### Your assignment
From the line with "v 75.296 5.543 0" to the line with "v -23.287 -16.127 14", retype every line exactly, including those two, and leave out the rest of the data below.
***** Supplied material
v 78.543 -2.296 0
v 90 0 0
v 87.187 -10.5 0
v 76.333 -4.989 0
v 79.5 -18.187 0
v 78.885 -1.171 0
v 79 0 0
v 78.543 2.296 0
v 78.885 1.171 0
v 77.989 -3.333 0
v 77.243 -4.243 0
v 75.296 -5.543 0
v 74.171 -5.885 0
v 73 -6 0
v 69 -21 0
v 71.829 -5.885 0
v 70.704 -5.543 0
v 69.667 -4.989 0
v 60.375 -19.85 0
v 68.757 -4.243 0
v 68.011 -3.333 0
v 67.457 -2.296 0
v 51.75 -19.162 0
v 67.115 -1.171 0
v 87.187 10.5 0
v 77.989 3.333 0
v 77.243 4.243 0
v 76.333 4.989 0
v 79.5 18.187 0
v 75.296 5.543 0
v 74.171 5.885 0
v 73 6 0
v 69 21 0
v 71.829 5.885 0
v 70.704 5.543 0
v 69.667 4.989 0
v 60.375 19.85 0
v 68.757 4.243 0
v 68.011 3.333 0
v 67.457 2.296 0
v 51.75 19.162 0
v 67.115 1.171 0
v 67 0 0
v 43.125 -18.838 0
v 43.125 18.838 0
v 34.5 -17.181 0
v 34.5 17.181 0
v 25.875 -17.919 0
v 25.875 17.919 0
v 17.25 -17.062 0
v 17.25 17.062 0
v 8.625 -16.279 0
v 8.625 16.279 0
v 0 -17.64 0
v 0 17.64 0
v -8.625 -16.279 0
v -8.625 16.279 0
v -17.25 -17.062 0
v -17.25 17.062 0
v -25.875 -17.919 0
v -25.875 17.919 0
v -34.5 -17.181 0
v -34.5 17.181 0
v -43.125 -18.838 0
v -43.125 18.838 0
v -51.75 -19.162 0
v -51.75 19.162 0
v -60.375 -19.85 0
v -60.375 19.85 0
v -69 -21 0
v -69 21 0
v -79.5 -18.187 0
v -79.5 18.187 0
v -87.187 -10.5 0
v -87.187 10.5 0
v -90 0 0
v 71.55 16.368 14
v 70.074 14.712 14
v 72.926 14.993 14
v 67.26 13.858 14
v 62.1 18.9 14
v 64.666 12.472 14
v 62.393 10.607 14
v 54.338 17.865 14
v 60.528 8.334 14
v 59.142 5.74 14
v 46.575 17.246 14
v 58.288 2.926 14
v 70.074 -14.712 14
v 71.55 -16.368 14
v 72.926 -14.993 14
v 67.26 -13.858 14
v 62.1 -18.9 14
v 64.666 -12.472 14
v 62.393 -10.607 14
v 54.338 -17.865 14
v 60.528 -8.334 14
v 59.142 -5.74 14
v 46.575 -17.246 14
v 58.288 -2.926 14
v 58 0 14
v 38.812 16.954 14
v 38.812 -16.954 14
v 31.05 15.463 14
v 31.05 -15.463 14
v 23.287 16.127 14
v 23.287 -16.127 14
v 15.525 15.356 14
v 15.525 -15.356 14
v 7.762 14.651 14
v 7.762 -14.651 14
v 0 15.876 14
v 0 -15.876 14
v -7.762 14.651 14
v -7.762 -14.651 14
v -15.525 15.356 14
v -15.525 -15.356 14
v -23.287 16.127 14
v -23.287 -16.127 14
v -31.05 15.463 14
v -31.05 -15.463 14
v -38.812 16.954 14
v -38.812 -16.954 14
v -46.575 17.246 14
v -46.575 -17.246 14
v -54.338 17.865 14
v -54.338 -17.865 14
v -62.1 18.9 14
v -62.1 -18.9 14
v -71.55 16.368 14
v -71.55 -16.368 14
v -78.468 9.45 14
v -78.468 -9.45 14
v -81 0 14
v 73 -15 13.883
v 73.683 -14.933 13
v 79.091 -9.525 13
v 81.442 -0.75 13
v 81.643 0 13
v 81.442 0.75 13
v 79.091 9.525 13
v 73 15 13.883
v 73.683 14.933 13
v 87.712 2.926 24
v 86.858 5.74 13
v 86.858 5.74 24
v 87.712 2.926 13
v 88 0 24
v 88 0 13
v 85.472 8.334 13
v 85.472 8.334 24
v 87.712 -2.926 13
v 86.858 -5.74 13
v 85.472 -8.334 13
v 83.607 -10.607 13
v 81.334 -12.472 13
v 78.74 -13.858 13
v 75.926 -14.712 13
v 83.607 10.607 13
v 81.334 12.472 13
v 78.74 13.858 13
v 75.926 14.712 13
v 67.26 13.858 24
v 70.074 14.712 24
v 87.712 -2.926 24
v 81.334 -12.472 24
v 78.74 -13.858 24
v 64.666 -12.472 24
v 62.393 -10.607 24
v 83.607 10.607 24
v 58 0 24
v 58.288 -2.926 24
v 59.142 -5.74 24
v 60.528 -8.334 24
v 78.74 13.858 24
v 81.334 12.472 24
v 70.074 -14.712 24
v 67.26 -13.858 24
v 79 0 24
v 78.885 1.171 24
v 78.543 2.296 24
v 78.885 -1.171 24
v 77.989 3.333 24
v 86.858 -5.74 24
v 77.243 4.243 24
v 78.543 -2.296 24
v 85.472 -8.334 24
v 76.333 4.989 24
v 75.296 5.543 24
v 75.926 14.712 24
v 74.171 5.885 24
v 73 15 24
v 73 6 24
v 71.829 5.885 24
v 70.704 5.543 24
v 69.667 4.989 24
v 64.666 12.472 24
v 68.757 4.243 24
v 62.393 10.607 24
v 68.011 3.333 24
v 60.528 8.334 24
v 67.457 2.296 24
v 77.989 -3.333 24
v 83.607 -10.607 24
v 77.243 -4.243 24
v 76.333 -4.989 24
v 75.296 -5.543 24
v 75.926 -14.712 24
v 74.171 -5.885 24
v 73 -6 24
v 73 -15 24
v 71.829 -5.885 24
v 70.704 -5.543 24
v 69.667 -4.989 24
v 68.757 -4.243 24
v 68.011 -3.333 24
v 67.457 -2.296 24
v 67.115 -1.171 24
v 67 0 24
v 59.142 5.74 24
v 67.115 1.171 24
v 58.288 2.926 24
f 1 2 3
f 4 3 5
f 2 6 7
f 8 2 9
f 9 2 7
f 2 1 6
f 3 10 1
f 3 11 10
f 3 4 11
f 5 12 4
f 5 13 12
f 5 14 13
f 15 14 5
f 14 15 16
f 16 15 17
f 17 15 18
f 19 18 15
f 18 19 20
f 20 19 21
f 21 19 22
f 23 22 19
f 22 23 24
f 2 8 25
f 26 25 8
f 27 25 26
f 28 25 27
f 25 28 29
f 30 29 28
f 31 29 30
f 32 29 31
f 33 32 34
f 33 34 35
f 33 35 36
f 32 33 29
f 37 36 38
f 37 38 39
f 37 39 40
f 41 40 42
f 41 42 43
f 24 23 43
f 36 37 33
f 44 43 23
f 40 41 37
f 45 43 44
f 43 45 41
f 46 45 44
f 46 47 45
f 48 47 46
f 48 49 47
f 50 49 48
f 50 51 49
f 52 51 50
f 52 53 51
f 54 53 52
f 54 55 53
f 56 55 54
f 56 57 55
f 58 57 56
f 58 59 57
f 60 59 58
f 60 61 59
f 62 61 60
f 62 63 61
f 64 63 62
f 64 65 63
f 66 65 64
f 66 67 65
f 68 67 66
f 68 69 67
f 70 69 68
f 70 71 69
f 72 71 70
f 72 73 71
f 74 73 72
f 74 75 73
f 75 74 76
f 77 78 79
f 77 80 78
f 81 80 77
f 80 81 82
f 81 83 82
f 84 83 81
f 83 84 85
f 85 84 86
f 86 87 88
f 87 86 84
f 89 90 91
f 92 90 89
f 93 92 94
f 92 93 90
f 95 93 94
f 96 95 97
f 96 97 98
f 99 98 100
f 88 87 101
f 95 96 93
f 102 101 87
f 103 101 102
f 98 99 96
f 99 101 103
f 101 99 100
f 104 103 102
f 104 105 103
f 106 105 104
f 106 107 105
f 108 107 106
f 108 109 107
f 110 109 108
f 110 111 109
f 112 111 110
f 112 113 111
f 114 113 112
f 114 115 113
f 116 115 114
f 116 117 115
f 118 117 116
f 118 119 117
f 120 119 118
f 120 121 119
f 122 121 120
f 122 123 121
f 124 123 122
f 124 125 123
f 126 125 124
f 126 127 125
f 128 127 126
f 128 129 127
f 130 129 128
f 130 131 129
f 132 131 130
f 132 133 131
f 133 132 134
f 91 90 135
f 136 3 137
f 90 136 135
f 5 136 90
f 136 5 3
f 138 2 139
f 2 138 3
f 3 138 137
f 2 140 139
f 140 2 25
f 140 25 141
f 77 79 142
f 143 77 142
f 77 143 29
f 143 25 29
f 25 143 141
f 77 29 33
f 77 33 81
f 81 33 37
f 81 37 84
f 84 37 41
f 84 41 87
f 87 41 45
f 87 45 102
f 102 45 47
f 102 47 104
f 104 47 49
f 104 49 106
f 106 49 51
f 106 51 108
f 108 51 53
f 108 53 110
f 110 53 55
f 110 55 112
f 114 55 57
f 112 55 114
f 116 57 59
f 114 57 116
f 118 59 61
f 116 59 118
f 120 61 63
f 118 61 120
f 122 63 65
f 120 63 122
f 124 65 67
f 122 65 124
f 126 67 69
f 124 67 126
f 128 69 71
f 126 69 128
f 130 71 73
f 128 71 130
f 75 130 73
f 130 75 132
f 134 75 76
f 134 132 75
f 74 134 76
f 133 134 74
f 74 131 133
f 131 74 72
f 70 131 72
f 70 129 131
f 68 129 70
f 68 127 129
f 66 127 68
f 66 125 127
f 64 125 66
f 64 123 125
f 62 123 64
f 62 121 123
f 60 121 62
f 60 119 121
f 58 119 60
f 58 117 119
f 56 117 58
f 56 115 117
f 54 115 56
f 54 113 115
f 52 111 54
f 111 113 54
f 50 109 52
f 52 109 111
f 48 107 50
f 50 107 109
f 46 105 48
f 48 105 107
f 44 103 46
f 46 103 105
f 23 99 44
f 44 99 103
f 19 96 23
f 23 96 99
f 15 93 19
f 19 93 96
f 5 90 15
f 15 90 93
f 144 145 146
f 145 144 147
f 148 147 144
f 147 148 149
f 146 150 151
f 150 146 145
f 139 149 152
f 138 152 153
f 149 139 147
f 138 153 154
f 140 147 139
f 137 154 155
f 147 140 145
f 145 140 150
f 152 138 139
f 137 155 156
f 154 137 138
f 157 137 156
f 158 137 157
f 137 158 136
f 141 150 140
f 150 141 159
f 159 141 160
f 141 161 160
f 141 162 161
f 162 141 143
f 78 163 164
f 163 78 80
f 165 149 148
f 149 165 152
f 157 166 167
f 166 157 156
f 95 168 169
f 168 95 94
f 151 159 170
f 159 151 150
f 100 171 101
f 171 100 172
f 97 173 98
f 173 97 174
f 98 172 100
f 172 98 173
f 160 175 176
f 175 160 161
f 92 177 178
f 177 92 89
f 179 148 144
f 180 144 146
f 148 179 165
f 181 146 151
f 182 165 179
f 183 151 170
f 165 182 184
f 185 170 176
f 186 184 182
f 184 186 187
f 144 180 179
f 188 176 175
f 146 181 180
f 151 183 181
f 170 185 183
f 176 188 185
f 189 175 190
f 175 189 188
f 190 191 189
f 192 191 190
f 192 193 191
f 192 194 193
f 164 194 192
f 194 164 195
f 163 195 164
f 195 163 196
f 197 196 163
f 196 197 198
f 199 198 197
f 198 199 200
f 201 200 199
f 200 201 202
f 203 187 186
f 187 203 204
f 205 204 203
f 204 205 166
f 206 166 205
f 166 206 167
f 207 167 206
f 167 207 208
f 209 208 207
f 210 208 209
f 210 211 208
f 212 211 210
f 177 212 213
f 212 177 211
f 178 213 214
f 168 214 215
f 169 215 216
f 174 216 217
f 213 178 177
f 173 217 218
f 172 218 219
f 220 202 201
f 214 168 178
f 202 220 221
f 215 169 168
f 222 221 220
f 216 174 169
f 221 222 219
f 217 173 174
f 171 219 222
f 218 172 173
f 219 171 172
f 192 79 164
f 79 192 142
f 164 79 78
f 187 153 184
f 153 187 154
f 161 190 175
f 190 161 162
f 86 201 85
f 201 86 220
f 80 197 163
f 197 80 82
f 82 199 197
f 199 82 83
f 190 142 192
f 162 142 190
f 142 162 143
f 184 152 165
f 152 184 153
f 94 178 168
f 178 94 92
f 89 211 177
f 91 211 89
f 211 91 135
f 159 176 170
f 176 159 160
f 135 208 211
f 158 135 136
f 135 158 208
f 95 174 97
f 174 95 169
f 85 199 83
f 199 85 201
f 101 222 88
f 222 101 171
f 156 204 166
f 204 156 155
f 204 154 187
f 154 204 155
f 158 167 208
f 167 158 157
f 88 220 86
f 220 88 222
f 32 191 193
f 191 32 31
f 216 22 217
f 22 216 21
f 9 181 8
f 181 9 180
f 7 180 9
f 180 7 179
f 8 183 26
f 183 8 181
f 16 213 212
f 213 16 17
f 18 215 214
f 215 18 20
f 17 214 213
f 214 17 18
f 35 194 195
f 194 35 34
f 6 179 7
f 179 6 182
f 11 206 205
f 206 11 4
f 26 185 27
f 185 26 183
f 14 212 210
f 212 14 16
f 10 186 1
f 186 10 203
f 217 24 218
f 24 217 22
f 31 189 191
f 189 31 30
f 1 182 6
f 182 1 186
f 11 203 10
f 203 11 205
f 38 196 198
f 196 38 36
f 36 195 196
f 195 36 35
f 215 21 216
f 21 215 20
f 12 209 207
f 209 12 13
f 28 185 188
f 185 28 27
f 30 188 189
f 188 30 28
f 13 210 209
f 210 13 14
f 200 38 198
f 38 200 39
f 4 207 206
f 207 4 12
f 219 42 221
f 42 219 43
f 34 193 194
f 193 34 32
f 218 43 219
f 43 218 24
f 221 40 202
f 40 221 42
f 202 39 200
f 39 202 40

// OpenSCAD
$fn = 32;

// ----------------------------------------------------------------------
// Handle: 180 x 42 mm grip, 14 mm thick
// ----------------------------------------------------------------------

// --- parameters (mm) ---
length = 180;             // grip length
width = 42;               // grip width
thickness = 14;           // grip thickness
waist = 0.8;              // width factor at the middle
draft = 0.9;              // top face scale of the extrusion
scallops = 6;             // finger rests per side
ripple = 0.05;            // depth factor of the finger rests
boss_d = 30;              // mounting boss diameter
boss_h = 10;              // mounting boss height
boss_hole_d = 12;         // screw clearance through the boss
boss_r = 73;              // boss centre from the grip centre

/* ergonomic grip outline, closed spline-like polygon in the XY plane */
grip = [[-69, 21], [-60.375, 19.85], [-51.75, 19.162], [-43.125, 18.838], [-34.5, 17.181], [-25.875, 17.919], [-17.25, 17.062], [-8.625, 16.279], [0, 17.64], [8.625, 16.279], [17.25, 17.062], [25.875, 17.919], [34.5, 17.181], [43.125, 18.838], [51.75, 19.162], [60.375, 19.85], [69, 21], [79.5, 18.187], [87.187, 10.5], [90, 0], [87.187, -10.5], [79.5, -18.187], [69, -21], [69, -21], [60.375, -19.85], [51.75, -19.162], [43.125, -18.838], [34.5, -17.181], [25.875, -17.919], [17.25, -17.062], [8.625, -16.279], [0, -17.64], [-8.625, -16.279], [-17.25, -17.062], [-25.875, -17.919], [-34.5, -17.181], [-43.125, -18.838], [-51.75, -19.162], [-60.375, -19.85], [-69, -21], [-79.5, -18.187], [-87.187, -10.5], [-90, 0], [-87.187, 10.5], [-79.5, 18.187], [-69, 21]];

module grip_body() {
  linear_extrude(height = thickness, scale = draft) polygon(grip);
}

module boss_body() {
  /* sunk 1 mm into the grip so the joint overlaps */
  translate([boss_r, 0, thickness - 1]) cylinder(h = boss_h + 1, d = boss_d);
}

difference() {
  union() {
    grip_body();
    boss_body();
  }
  translate([boss_r, 0, -1]) cylinder(h = thickness + boss_h + 2, d = boss_hole_d);
}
**********
### Task output
v 75.296 5.543 0
v 74.171 5.885 0
v 73 6 0
v 69 21 0
v 71.829 5.885 0
v 70.704 5.543 0
v 69.667 4.989 0
v 60.375 19.85 0
v 68.757 4.243 0
v 68.011 3.333 0
v 67.457 2.296 0
v 51.75 19.162 0
v 67.115 1.171 0
v 67 0 0
v 43.125 -18.838 0
v 43.125 18.838 0
v 34.5 -17.181 0
v 34.5 17.181 0
v 25.875 -17.919 0
v 25.875 17.919 0
v 17.25 -17.062 0
v 17.25 17.062 0
v 8.625 -16.279 0
v 8.625 16.279 0
v 0 -17.64 0
v 0 17.64 0
v -8.625 -16.279 0
v -8.625 16.279 0
v -17.25 -17.062 0
v -17.25 17.062 0
v -25.875 -17.919 0
v -25.875 17.919 0
v -34.5 -17.181 0
v -34.5 17.181 0
v -43.125 -18.838 0
v -43.125 18.838 0
v -51.75 -19.162 0
v -51.75 19.162 0
v -60.375 -19.85 0
v -60.375 19.85 0
v -69 -21 0
v -69 21 0
v -79.5 -18.187 0
v -79.5 18.187 0
v -87.187 -10.5 0
v -87.187 10.5 0
v -90 0 0
v 71.55 16.368 14
v 70.074 14.712 14
v 72.926 14.993 14
v 67.26 13.858 14
v 62.1 18.9 14
v 64.666 12.472 14
v 62.393 10.607 14
v 54.338 17.865 14
v 60.528 8.334 14
v 59.142 5.74 14
v 46.575 17.246 14
v 58.288 2.926 14
v 70.074 -14.712 14
v 71.55 -16.368 14
v 72.926 -14.993 14
v 67.26 -13.858 14
v 62.1 -18.9 14
v 64.666 -12.472 14
v 62.393 -10.607 14
v 54.338 -17.865 14
v 60.528 -8.334 14
v 59.142 -5.74 14
v 46.575 -17.246 14
v 58.288 -2.926 14
v 58 0 14
v 38.812 16.954 14
v 38.812 -16.954 14
v 31.05 15.463 14
v 31.05 -15.463 14
v 23.287 16.127 14
v 23.287 -16.127 14
v 15.525 15.356 14
v 15.525 -15.356 14
v 7.762 14.651 14
v 7.762 -14.651 14
v 0 15.876 14
v 0 -15.876 14
v -7.762 14.651 14
v -7.762 -14.651 14
v -15.525 15.356 14
v -15.525 -15.356 14
v -23.287 16.127 14
v -23.287 -16.127 14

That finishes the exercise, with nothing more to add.